START THE DATA

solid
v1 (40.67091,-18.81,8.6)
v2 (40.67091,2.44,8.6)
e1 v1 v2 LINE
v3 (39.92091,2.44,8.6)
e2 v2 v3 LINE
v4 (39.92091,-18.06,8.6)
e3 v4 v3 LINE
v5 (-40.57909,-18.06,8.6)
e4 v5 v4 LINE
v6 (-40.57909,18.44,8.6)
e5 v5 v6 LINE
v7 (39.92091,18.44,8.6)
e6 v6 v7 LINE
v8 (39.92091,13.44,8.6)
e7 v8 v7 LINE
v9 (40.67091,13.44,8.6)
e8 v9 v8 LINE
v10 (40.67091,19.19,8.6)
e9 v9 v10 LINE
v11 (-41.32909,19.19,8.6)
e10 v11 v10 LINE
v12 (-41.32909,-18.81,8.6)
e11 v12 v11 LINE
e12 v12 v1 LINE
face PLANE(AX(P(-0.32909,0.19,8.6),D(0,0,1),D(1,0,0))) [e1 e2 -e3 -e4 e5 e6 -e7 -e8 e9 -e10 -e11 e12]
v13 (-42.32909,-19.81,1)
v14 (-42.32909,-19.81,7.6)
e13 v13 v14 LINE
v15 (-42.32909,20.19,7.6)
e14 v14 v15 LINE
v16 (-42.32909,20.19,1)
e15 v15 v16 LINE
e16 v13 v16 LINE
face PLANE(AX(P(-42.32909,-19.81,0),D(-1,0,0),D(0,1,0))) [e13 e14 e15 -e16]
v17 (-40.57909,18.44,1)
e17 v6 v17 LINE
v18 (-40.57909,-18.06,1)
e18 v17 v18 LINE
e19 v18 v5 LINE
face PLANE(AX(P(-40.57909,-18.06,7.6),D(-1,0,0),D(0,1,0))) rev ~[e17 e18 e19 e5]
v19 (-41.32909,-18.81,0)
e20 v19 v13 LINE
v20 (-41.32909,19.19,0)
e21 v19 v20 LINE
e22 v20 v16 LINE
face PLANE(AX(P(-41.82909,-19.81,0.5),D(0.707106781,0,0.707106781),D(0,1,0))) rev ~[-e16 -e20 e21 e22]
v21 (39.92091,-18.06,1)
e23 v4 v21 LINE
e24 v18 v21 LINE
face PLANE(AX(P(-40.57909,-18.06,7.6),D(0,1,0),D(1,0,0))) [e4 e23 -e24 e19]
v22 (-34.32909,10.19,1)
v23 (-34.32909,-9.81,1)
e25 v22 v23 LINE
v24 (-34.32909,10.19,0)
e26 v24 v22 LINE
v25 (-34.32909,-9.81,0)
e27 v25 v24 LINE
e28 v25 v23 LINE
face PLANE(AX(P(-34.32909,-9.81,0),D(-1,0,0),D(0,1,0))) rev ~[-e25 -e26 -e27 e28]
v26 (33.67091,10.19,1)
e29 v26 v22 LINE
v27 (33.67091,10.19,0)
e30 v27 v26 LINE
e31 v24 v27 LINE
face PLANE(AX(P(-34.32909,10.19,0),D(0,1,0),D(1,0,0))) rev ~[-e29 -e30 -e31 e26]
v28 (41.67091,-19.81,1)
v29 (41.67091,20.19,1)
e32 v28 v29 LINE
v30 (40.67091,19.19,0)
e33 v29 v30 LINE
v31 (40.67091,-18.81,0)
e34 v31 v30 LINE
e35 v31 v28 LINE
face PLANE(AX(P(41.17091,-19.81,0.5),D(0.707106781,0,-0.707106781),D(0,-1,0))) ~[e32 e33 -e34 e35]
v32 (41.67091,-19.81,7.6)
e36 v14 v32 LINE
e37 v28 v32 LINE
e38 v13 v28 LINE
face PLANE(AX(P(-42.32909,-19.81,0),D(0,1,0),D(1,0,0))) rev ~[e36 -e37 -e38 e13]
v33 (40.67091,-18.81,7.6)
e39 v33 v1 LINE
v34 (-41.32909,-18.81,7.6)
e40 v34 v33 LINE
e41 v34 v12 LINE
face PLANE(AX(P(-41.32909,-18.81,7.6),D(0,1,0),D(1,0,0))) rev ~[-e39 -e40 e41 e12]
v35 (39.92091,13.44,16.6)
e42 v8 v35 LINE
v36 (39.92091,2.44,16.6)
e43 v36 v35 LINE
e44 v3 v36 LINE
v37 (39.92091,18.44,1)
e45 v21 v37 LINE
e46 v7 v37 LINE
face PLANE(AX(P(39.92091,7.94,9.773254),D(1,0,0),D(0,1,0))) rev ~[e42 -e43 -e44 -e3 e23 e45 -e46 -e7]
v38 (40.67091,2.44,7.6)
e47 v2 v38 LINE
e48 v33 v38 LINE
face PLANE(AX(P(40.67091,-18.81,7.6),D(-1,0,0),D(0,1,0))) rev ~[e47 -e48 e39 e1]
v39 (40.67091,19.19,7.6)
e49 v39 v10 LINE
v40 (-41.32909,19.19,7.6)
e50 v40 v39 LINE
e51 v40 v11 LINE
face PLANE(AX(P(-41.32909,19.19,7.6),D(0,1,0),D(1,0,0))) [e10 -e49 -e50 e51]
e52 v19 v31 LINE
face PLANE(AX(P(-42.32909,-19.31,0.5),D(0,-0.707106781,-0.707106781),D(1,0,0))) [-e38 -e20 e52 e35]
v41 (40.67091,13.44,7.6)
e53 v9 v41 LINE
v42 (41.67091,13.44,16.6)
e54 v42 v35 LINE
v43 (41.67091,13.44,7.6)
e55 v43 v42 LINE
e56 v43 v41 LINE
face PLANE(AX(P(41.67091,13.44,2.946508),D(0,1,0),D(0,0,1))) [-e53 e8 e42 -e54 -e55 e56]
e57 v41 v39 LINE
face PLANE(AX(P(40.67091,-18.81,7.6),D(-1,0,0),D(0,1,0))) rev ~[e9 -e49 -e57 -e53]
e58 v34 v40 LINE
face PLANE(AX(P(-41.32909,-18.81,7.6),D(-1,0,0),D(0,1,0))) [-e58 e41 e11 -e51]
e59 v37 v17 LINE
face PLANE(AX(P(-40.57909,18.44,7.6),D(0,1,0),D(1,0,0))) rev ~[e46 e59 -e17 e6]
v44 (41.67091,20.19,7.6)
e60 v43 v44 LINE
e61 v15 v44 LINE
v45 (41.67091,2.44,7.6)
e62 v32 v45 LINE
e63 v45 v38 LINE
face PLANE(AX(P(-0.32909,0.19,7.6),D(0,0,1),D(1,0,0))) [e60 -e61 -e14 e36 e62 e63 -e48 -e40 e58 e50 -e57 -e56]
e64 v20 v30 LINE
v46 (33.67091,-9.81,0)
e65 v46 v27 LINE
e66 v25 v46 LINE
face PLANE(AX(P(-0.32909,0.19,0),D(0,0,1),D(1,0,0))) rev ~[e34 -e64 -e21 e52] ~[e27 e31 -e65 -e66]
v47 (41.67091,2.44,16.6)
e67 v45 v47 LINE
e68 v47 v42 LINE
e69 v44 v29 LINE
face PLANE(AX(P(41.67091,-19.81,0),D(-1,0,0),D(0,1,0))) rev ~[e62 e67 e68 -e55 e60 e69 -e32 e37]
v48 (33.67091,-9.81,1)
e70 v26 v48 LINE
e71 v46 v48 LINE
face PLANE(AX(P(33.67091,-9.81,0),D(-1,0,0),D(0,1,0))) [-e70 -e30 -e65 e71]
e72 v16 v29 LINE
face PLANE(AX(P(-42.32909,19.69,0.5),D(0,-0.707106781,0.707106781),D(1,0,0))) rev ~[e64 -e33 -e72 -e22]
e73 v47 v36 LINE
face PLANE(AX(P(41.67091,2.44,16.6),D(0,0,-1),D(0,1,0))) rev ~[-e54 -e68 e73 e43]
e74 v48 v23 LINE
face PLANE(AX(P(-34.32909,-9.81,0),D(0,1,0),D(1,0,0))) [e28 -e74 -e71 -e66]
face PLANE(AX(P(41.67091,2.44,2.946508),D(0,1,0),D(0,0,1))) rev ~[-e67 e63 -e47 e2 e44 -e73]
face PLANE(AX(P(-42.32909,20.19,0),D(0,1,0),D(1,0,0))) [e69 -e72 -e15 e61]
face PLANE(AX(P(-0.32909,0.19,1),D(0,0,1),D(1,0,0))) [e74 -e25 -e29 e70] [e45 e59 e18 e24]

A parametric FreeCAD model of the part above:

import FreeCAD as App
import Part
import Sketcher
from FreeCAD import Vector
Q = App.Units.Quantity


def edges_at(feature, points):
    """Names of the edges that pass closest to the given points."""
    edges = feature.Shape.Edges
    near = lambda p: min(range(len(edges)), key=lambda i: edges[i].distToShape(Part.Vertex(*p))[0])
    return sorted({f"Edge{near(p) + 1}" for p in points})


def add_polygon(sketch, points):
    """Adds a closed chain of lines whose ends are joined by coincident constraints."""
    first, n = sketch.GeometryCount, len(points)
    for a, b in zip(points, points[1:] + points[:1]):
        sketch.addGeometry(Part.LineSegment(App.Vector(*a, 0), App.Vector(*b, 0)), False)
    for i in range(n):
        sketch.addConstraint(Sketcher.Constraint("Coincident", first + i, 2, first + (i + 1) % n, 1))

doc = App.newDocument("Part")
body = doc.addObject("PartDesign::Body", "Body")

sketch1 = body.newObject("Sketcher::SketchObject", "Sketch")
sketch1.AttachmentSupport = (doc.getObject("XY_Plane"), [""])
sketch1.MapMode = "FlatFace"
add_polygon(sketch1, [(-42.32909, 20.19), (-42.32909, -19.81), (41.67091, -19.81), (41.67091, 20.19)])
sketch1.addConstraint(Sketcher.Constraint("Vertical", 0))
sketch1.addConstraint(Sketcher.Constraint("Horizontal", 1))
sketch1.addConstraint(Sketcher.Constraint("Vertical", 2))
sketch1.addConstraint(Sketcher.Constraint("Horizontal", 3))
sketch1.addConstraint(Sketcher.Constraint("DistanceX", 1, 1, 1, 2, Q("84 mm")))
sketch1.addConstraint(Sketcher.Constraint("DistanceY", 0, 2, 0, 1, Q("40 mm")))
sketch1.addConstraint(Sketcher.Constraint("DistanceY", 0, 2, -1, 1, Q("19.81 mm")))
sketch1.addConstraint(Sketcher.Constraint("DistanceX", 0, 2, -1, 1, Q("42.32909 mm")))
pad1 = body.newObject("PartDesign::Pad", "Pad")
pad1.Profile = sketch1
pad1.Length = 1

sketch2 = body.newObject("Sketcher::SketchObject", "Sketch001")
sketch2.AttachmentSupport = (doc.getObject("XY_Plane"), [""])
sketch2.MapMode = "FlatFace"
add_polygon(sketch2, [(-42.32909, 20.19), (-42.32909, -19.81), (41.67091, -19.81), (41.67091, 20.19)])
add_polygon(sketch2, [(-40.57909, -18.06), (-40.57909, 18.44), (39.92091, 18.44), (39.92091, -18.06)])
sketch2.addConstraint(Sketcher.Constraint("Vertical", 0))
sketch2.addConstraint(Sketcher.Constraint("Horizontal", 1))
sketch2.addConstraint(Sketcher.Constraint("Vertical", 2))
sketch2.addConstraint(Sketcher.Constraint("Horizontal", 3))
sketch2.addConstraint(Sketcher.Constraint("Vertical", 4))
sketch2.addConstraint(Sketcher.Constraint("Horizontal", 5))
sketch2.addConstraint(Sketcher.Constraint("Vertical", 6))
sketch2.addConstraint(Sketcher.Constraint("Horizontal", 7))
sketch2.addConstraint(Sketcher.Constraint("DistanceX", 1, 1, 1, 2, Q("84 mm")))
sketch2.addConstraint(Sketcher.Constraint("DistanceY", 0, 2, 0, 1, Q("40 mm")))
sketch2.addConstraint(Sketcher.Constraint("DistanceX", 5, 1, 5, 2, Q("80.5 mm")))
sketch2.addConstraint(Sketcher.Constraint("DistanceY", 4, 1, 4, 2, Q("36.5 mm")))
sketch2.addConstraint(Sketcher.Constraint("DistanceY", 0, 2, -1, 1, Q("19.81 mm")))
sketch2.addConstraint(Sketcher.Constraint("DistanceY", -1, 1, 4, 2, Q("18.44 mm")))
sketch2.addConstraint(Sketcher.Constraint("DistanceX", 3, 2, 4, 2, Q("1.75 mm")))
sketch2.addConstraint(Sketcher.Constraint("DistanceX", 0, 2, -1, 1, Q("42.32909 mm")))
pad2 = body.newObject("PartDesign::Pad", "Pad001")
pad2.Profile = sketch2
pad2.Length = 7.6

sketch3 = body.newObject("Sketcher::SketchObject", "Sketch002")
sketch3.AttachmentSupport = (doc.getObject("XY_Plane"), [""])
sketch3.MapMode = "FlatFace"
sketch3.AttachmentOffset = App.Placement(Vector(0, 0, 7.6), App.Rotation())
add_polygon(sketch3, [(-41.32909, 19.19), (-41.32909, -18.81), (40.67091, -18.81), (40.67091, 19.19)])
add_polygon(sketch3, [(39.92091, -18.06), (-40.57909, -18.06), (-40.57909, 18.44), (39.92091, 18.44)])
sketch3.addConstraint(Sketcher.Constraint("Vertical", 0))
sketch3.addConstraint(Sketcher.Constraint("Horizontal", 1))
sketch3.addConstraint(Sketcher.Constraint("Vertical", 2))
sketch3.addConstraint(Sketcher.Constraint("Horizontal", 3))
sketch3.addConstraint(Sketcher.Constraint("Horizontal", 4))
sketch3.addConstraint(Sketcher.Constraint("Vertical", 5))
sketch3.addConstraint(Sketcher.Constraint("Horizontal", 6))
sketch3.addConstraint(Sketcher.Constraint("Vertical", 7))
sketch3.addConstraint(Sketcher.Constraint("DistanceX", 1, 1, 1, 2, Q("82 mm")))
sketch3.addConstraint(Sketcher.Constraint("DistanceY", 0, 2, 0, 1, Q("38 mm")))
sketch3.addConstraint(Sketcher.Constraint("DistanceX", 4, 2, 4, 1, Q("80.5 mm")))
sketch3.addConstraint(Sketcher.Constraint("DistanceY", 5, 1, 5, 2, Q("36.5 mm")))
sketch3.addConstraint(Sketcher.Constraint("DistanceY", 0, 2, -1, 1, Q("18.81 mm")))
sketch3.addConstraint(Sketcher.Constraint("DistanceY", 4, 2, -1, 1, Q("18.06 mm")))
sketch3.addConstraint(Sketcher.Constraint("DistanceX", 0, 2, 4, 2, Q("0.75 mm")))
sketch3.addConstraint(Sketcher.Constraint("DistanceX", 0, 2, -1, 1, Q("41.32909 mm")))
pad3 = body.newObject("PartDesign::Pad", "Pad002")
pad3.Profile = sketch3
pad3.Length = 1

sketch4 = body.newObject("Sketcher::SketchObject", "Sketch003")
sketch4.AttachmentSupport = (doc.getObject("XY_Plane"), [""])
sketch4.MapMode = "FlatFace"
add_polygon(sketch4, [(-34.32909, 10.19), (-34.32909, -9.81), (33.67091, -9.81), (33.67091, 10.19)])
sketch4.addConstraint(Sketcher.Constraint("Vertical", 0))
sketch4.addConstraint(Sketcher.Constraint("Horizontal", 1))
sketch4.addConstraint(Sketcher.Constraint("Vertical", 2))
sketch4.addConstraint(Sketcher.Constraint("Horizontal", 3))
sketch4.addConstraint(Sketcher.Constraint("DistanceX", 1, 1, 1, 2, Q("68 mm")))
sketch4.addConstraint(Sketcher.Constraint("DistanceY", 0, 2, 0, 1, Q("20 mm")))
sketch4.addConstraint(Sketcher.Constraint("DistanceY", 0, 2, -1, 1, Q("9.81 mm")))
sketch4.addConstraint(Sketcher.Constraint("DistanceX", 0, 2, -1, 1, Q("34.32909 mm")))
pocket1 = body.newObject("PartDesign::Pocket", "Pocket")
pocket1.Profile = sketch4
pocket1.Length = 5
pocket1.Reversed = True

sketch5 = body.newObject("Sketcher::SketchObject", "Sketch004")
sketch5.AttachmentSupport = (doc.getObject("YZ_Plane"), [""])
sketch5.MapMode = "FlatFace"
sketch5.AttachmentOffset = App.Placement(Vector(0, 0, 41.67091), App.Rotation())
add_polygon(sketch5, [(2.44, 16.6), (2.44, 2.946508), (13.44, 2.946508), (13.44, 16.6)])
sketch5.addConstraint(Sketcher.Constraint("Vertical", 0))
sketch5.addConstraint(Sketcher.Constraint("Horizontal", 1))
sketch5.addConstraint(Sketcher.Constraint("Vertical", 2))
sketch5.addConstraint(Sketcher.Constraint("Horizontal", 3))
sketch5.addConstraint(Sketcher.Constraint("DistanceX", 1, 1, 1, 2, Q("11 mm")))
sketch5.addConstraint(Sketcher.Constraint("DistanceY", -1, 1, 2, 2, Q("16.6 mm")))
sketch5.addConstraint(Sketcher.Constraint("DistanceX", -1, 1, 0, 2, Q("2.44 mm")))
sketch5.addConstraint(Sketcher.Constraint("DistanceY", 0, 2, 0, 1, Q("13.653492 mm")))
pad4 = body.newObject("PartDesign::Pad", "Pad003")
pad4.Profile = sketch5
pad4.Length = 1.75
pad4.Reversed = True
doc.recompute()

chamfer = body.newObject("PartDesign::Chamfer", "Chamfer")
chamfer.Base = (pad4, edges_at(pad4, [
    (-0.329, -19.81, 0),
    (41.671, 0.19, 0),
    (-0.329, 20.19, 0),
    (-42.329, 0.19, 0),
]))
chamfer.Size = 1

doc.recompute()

END THE DATA

Starting with the line that holds "e33 v29 v30 LINE" and ending with the line that holds "e48 v33 v38 LINE", retype every line in the data above exactly, and nothing else.

e33 v29 v30 LINE
v31 (40.67091,-18.81,0)
e34 v31 v30 LINE
e35 v31 v28 LINE
face PLANE(AX(P(41.17091,-19.81,0.5),D(0.707106781,0,-0.707106781),D(0,-1,0))) ~[e32 e33 -e34 e35]
v32 (41.67091,-19.81,7.6)
e36 v14 v32 LINE
e37 v28 v32 LINE
e38 v13 v28 LINE
face PLANE(AX(P(-42.32909,-19.81,0),D(0,1,0),D(1,0,0))) rev ~[e36 -e37 -e38 e13]
v33 (40.67091,-18.81,7.6)
e39 v33 v1 LINE
v34 (-41.32909,-18.81,7.6)
e40 v34 v33 LINE
e41 v34 v12 LINE
face PLANE(AX(P(-41.32909,-18.81,7.6),D(0,1,0),D(1,0,0))) rev ~[-e39 -e40 e41 e12]
v35 (39.92091,13.44,16.6)
e42 v8 v35 LINE
v36 (39.92091,2.44,16.6)
e43 v36 v35 LINE
e44 v3 v36 LINE
v37 (39.92091,18.44,1)
e45 v21 v37 LINE
e46 v7 v37 LINE
face PLANE(AX(P(39.92091,7.94,9.773254),D(1,0,0),D(0,1,0))) rev ~[e42 -e43 -e44 -e3 e23 e45 -e46 -e7]
v38 (40.67091,2.44,7.6)
e47 v2 v38 LINE
e48 v33 v38 LINE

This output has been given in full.